Ouverture du 14ème Congrès de l'AC'DOM

21/04/2006 -

« Assumons ensemble nos responsabilités d’élus pour un développement durable et solidaire des communes d’Outre Mer »


La terre est bleue, la terre est rouge, elle est blanche, elle est aussi jaune que la banane tigrée qui se plait dans la rosée du matin et qui se fait faire la toilette par un oiseau taquin.
La terre est noire aussi noire que le cœur profond des abysses perdues.
La terre est là, la nôtre, elle est partout, et ailleurs à Mayotte, en Nouvelle Calédonie, en Polynésie, en Réunion, en Guyane, à la Martinique et elle est mouillée chez nous dans une mer chargée d’histoire, de cris, de gémissements d’esclaves, mais aussi de bonheur captif dans un rêve de plaisir.
Notre terre, celle que nous voulons garder dans un même idéal, habitable, colorée et vivante.

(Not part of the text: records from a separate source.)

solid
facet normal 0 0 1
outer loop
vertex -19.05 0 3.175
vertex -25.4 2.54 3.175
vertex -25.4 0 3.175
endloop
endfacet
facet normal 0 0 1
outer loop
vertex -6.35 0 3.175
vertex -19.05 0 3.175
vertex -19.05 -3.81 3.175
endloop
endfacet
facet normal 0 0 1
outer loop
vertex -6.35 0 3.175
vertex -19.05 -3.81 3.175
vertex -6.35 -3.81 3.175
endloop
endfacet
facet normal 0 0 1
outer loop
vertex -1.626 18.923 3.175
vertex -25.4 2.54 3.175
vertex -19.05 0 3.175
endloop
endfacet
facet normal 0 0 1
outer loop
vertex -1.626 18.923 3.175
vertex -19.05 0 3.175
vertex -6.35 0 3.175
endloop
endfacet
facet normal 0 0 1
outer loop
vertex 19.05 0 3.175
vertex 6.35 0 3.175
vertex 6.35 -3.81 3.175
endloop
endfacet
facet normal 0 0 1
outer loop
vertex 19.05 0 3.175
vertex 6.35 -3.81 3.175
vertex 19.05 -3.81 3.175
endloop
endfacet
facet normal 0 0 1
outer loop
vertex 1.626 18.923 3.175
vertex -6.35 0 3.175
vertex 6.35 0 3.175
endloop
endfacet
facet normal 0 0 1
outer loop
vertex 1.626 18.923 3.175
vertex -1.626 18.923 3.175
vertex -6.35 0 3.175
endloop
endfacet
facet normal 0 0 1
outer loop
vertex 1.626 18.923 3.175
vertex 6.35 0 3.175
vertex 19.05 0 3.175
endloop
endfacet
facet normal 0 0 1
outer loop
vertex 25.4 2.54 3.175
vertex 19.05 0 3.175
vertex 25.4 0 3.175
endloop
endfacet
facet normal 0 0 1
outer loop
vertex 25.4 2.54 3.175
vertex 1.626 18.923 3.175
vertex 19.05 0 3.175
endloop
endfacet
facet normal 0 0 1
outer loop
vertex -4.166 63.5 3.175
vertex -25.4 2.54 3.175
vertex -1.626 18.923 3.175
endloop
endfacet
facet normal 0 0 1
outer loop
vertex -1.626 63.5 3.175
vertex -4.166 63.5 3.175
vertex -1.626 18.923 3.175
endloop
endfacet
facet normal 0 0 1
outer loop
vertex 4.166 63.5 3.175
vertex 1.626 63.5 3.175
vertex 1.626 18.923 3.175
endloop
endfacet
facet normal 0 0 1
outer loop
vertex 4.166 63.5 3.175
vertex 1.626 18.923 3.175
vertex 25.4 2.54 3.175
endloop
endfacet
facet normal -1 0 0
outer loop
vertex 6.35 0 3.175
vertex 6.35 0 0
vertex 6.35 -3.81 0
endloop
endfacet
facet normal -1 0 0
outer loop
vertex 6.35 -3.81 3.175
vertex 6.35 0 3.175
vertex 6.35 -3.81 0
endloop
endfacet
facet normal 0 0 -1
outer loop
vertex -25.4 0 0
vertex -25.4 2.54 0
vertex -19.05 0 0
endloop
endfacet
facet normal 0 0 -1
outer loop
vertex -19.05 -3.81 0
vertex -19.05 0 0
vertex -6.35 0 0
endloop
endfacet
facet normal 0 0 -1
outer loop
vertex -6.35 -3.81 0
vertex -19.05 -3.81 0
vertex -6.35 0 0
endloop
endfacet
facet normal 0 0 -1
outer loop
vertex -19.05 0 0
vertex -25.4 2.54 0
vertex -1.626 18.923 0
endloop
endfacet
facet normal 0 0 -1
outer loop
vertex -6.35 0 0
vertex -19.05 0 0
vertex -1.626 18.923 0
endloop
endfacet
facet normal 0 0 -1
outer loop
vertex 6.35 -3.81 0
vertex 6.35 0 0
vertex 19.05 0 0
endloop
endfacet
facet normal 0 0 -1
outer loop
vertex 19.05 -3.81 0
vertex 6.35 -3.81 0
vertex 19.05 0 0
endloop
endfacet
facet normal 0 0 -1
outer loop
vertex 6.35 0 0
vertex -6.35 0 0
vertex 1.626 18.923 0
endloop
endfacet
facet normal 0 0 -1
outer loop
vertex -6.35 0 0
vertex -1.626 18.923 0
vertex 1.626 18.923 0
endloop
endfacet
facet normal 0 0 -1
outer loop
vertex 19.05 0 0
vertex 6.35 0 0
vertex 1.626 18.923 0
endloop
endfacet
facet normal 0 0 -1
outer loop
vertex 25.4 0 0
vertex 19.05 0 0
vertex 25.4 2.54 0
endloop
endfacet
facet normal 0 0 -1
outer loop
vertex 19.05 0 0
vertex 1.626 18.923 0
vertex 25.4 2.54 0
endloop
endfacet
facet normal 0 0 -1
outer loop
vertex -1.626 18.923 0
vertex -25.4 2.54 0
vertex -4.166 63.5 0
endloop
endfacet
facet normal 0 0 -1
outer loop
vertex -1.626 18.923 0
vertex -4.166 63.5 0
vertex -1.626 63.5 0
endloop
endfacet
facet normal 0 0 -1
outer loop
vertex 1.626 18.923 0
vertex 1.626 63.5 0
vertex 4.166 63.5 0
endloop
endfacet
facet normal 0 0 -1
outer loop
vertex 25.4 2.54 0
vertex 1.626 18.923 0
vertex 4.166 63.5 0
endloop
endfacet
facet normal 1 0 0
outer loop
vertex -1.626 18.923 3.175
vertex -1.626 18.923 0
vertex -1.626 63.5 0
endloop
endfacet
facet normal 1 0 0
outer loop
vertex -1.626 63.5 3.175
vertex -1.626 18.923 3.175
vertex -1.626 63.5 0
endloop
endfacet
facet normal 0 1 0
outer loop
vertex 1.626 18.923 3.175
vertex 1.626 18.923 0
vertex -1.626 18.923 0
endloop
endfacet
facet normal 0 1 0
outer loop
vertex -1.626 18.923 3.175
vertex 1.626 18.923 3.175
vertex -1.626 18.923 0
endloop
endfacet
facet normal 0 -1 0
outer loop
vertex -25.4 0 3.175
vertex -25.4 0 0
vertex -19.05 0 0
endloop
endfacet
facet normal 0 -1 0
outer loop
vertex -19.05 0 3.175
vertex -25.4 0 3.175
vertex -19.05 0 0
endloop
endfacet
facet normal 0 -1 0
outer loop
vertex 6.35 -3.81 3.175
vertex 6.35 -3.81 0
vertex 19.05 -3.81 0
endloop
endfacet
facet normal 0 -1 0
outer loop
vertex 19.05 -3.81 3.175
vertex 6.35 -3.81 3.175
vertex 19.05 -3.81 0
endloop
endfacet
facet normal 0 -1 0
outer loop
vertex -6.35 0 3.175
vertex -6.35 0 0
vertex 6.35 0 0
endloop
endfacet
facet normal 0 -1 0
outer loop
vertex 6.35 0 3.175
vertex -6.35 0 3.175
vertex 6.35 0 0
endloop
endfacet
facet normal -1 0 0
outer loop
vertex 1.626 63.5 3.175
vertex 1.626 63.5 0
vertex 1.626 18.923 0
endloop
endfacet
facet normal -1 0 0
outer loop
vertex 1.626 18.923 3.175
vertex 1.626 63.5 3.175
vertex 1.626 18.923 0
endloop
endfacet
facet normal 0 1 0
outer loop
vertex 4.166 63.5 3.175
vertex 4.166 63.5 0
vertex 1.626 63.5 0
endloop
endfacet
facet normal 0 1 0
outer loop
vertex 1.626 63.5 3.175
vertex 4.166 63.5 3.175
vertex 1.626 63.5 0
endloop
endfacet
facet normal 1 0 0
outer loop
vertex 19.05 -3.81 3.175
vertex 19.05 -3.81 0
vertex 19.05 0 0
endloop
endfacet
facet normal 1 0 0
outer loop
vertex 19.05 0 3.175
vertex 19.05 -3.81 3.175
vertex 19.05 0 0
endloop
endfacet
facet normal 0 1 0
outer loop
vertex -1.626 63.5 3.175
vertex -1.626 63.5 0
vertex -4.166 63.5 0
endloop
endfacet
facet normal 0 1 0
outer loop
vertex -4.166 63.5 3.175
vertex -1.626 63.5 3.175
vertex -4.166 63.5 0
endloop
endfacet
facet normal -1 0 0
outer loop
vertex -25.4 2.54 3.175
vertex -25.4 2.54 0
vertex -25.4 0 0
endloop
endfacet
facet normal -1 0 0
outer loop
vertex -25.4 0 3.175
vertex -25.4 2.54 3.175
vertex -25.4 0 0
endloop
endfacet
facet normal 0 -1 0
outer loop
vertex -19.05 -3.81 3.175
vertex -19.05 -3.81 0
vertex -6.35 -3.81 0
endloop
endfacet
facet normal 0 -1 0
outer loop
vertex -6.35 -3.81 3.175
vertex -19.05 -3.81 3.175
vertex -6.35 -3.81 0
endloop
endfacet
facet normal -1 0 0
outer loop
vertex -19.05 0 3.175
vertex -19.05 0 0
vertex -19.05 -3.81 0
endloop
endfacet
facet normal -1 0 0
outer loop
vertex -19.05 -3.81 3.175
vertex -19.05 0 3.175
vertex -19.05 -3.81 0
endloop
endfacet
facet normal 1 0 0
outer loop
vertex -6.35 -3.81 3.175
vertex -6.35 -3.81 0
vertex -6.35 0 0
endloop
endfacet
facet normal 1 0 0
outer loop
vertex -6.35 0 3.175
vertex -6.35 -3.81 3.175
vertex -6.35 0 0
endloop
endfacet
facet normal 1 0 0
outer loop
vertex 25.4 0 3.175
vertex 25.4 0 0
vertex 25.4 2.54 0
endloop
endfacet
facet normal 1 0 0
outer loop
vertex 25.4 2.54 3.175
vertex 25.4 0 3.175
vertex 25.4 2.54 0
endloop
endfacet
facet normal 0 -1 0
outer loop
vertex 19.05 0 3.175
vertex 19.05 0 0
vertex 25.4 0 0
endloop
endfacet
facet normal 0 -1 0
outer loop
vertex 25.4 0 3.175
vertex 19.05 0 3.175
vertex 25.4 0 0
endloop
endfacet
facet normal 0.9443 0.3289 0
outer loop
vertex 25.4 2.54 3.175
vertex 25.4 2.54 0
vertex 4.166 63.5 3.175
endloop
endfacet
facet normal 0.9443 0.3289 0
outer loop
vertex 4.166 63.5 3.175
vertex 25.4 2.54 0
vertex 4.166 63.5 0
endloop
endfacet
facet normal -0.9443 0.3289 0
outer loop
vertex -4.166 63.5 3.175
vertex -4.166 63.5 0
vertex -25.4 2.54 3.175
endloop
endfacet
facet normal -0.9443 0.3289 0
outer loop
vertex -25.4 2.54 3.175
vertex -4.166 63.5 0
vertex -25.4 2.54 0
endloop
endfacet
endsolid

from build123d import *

# Parameters (mm, degrees)
BOSS_EXTRUDE1_DEPTH = 3.175


with BuildPart() as part:
    # Sketch1 → Boss-Extrude1 (new body)
    with BuildSketch(Plane.XY):
        Polygon((-1.6256, 18.923), (-1.6256, 63.5), (-4.1656, 63.5), (-25.4, 2.54), (-25.4, 0), (-19.05, 0), (-19.05, -3.81), (-6.35, -3.81), (-6.35, 0), (0, 0), (6.35, 0), (6.35, -3.81), (19.05, -3.81), (19.05, 0), (25.4, 0), (25.4, 2.54), (4.1656, 63.5), (1.6256, 63.5), (1.6256, 18.923), align=None)
    extrude(amount=BOSS_EXTRUDE1_DEPTH)


solid = part.part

Loin de l’actualité chaude des banlieues froides de la grande métropole.
Une terre préservée, en dehors des risques naturels, des dangers créés par une modernité sauvage et un mode d’emploi sans limites.
Une terre pour faire la politique comme on fait la musique, la poésie ou l’amour.
Une terre gérée pour faire honneur au citoyen modèle à l’abri des caricatures fabriquées dans la logique des systèmes affolés par l’obligation de résultats.
Une terre imbibée par la solidarité qui nous porte, fille et fils, arrière petite fille et arrière petit fils de l’esclave agonisant aux membres brisés par l’élan de la misère sale qui a fait l’opulence de maître esclavagiste.
Une terre reconnue comme un bien, comme une œuvre dont le tour de rein affole, comme la démarche féline et musicale d’une « chabine » maquillée pour un crépuscule romantique.
Je vous demande de pardonner ce lyrisme déplacé qui risque de déplaire, et de réfléchir sur le but de notre rencontre, sur ce que nous voulons faire ensemble.
Pour cela, il s’agit tout d’abord de nous organiser en utilisant comme les experts savent le faire , les structures d’une bonne organisation, en l’occurrence , celles de l’AC’DOM.
Réagir utilement et naturellement, dans notre milieu naturel, en faisant le meilleur geste sans mimer pitoyablement une technostructure dominatrice qui, en aucun cas, ne peut faire à notre place.
Voilà, ce que le 14ème congrès de l’AC’DOM se propose modestement, à nous faire identifier, analyser et à en trouver la meilleure réponse.
La gestion communale, notre responsabilité dans une démarche de préservation et de respect pour un développement durable, à Papeete, à Nouméa, à Fort de France, à Saint Denis, à Cayenne, à Mayotte ou à Goyave, la problématique de notre engagement d’élus dans le souci de faire bien et de faire mieux.
Chers amis, le management de la chose publique dans sa grande complexité, marié aux difficultés historiques et aux barrières géographiques, cela demande un grand courage.
Etre politiquement correct dans les départements et territoires d’outre-mer, avec des taux de chômage frisant les 40% ?
Etre socialement dans la bonne direction quand les tissus économiques dégradés brouillent les horizons de nos jeunes diplômés ?
Etre en mesure de préserver ce qui est fondamental, ce qui est le bien le plus précieux que nos parents nous ont légué ?
Le 14ème congrès de l’AC’DOM nous permettra d’en débattre courageusement et sans arrière pensée.
Trouver les réponses en identifiant les maux sans nous dépouiller de nos habitudes et de nos réflexes et en gardant notre identité.
Car si la maladie est universelle, les remèdes ne le sont pas.
Chaque homme, chaque esprit, chaque espace pour un homme et à chaque DOM, son Domien, à chaque TOM, son Tomien, à chaque ROM, son Romien.
Mon humour léger ne passe pas, mais il ne s’agit là que de la manifestation du profond respect que je vous porte et de la générosité légendaire de la Guadeloupe.
Si vous avez souri à ce que je viens de dire, c’est reconnaître que vous avez aimé. Et si vous souriez à nouveau, c’est que vous aimez deux fois plus et voire davantage.
Je suis intimement convaincu que plus en plus ensemble, nous serons de plus en plus forts afin de faire face aux enjeux du monde actuel.
« An ka di zot on bitin pou mwen fini. Zot vin a kaz an mwen, pas a kaz an mwen, sé kaz a zot”
Pour finir, je vous dis quelque chose : vous êtes venus chez moi parce que chez moi, c’est chez vous.
Bon congrès et merci de m’avoir écouté.

Jean LAGUERRE
Maire de Goyave,
Président de l’Association des Maires de Guadeloupe.